I prefer to have full control of the antivirus / firewall. Custom choice per detection or by application.


----------



## Ferrum Master (Mar 6, 2022)

Safe or not safe, why are you supporting Russian product with your money?

By any means it simply cant be safe, otherwise they wouldn't be allowed to operate.


----------



## GerKNG (Mar 6, 2022)

No reason to use anything else than windows defender.


----------



## Regeneration (Mar 6, 2022)

GerKNG said:


> No reason to use anything else than windows defender.



Windows Defender sometimes can slow down the system and use 100% CPU utilization for no reason.

Detections are somehow bad and there is no HIPS or self defense component.

Windows Firewall is easy to exploit and doesn't block outgoing connections by default.


----------



## GerKNG (Mar 6, 2022)

Regeneration said:


> Windows Defender sometimes can slow down the system and use 100% CPU utilization for no reason.
> 
> Detections are somehow bad and there is no HIPS or self defense component.
> 
> Windows Firewall is easy to exploit and doesn't block outgoing connections by default.

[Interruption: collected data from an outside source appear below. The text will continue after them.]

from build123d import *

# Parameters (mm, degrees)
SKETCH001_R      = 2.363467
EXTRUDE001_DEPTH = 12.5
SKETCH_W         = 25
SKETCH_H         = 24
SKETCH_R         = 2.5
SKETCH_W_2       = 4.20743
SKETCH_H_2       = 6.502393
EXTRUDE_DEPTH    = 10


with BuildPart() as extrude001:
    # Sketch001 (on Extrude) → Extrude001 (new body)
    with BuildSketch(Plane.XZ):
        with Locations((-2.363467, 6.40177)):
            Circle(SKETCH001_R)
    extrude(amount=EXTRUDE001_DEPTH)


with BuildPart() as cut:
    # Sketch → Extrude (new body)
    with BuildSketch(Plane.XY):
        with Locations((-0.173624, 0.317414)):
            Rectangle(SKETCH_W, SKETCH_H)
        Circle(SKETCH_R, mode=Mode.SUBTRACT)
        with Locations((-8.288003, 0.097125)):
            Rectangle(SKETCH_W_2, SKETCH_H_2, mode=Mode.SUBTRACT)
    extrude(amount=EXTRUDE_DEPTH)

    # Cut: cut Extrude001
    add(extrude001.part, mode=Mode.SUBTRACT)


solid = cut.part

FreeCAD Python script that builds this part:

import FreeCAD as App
import Part
import Sketcher

doc = App.newDocument("Part")
params = doc.addObject("Spreadsheet::Sheet", "Params")
for row, (alias, value) in enumerate([
    ("pad1_length", "12.5 mm"),
    ("sketch2_diameter", "5 mm"),
    ("sketch2_width", "25 mm"),
    ("sketch2_height", "24 mm"),
    ("pad2_length", "10 mm"),
], start=1):
    params.set(f"A{row}", alias)
    params.set(f"B{row}", "=" + value)
    params.setAlias(f"B{row}", alias)

body = doc.addObject("PartDesign::Body", "Body")

# Sketch on XZ plane
sketch1 = body.newObject("Sketcher::SketchObject", "Sketch")
sketch1.AttachmentSupport = (doc.getObject("XZ_Plane"), [""])
sketch1.MapMode = "FlatFace"
sketch1.addGeometry(Part.Circle(App.Vector(-2.363467, 6.40177, 0), App.Vector(0, 0, 1), 2.363467), False)
sketch1.addConstraint([
    Sketcher.Constraint("Diameter", 0, 4.726934),
    Sketcher.Constraint("DistanceY", -1, 1, 0, 3, 6.40177),
    Sketcher.Constraint("DistanceX", 0, 3, -1, 1, 2.363467),
])
pad1 = body.newObject("PartDesign::Pad", "Pad")
pad1.Profile = sketch1
pad1.setExpression("Length", "Params.pad1_length")
body2 = doc.addObject("PartDesign::Body", "Body001")

# Sketch on XY plane
sketch2 = body2.newObject("Sketcher::SketchObject", "Sketch001")
sketch2.AttachmentSupport = (doc.getObject("XY_Plane001"), [""])
sketch2.MapMode = "FlatFace"
sketch2.addGeometry([
    Part.LineSegment(App.Vector(-12.673624, 12.317414, 0), App.Vector(-12.673624, -11.682586, 0)),  # 0
    Part.LineSegment(App.Vector(-12.673624, -11.682586, 0), App.Vector(12.326376, -11.682586, 0)),  # 1
    Part.LineSegment(App.Vector(12.326376, -11.682586, 0), App.Vector(12.326376, 12.317414, 0)),  # 2
    Part.LineSegment(App.Vector(12.326376, 12.317414, 0), App.Vector(-12.673624, 12.317414, 0)),  # 3
    Part.Circle(App.Vector(0, 0, 0), App.Vector(0, 0, 1), 2.5),  # 4
    Part.LineSegment(App.Vector(-6.184288, -3.154072, 0), App.Vector(-10.391718, -3.154072, 0)),  # 5
    Part.LineSegment(App.Vector(-10.391718, -3.154072, 0), App.Vector(-10.391718, 3.348321, 0)),  # 6
    Part.LineSegment(App.Vector(-10.391718, 3.348321, 0), App.Vector(-6.184288, 3.348321, 0)),  # 7
    Part.LineSegment(App.Vector(-6.184288, 3.348321, 0), App.Vector(-6.184288, -3.154072, 0)),  # 8
], False)
sketch2.addConstraint([
    Sketcher.Constraint("Coincident", 0, 2, 1, 1),
    Sketcher.Constraint("Coincident", 1, 2, 2, 1),
    Sketcher.Constraint("Coincident", 2, 2, 3, 1),
    Sketcher.Constraint("Coincident", 3, 2, 0, 1),
    Sketcher.Constraint("Coincident", 5, 2, 6, 1),
    Sketcher.Constraint("Coincident", 6, 2, 7, 1),
    Sketcher.Constraint("Coincident", 7, 2, 8, 1),
    Sketcher.Constraint("Coincident", 8, 2, 5, 1),
    Sketcher.Constraint("Vertical", 0),
    Sketcher.Constraint("Horizontal", 1),
    Sketcher.Constraint("Vertical", 2),
    Sketcher.Constraint("Horizontal", 3),
    Sketcher.Constraint("Horizontal", 5),
    Sketcher.Constraint("Vertical", 6),
    Sketcher.Constraint("Horizontal", 7),
    Sketcher.Constraint("Vertical", 8),
    Sketcher.Constraint("Coincident", 4, 3, -1, 1),
    Sketcher.Constraint("Diameter", 4, 5.0),
    Sketcher.Constraint("DistanceX", 1, 1, 1, 2, 25.0),
    Sketcher.Constraint("DistanceY", 0, 2, 0, 1, 24.0),
    Sketcher.Constraint("DistanceX", 5, 2, 5, 1, 4.20743),
    Sketcher.Constraint("DistanceY", 6, 1, 6, 2, 6.502393),
    Sketcher.Constraint("DistanceY", 5, 2, -1, 1, 3.154072),
    Sketcher.Constraint("DistanceX", 0, 2, -1, 1, 12.673624),
    Sketcher.Constraint("DistanceY", 0, 2, -1, 1, 11.682586),
    Sketcher.Constraint("DistanceX", 5, 2, -1, 1, 10.391718),
])
sketch2.setExpression("Constraints[17]", "Params.sketch2_diameter")
sketch2.setExpression("Constraints[18]", "Params.sketch2_width")
sketch2.setExpression("Constraints[19]", "Params.sketch2_height")
pad2 = body2.newObject("PartDesign::Pad", "Pad001")
pad2.Profile = sketch2
pad2.setExpression("Length", "Params.pad2_length")
doc.recompute()

boolean = body2.newObject("PartDesign::Boolean", "Boolean")
boolean.Type = "Cut"
boolean.addObjects([body])

doc.recompute()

never happened since i use computers with windows (~ 20 years)
Test Microsoft Defender 4.18 for Windows 10 (211616) | AV-TEST


----------



## MarsM4N (Mar 6, 2022)

I've been also using Kaspersky for years, because it always got top ratings and you can buy keys on eBay for cheap.
I still have 180 days left, but with the latest developments I also made the decision to switch over to some other software. Putin has his KGB boots on every russian neck, and I wouldn't be surprised if he *forces Kaspersky* to abuse it's software to *deploy malware* on our PC's for cyber attacks. It's even questionable if they still can operate outside Russia with all the sanctions. 

Still doing my research & haven't made up my mind. Here are some good resources for tests:

AV-Comparatives.org
AV-Test.org
PC-Magazin.de

The chart on PC-Magazin is quite neat, listing all features. McAffee is already out of the window for me, since it has no ransomware protection.

Will be a hard choice. Guess I will first do a backup (because some antivir softwares can quite mess up your system) and download 30 day trial versions.
For now, judging by the test results, it will most likely be for me *ESET Internet Security* (expensive, but best results) or *Bitdefender Internet Security* (still good & super cheap on keys on eBay).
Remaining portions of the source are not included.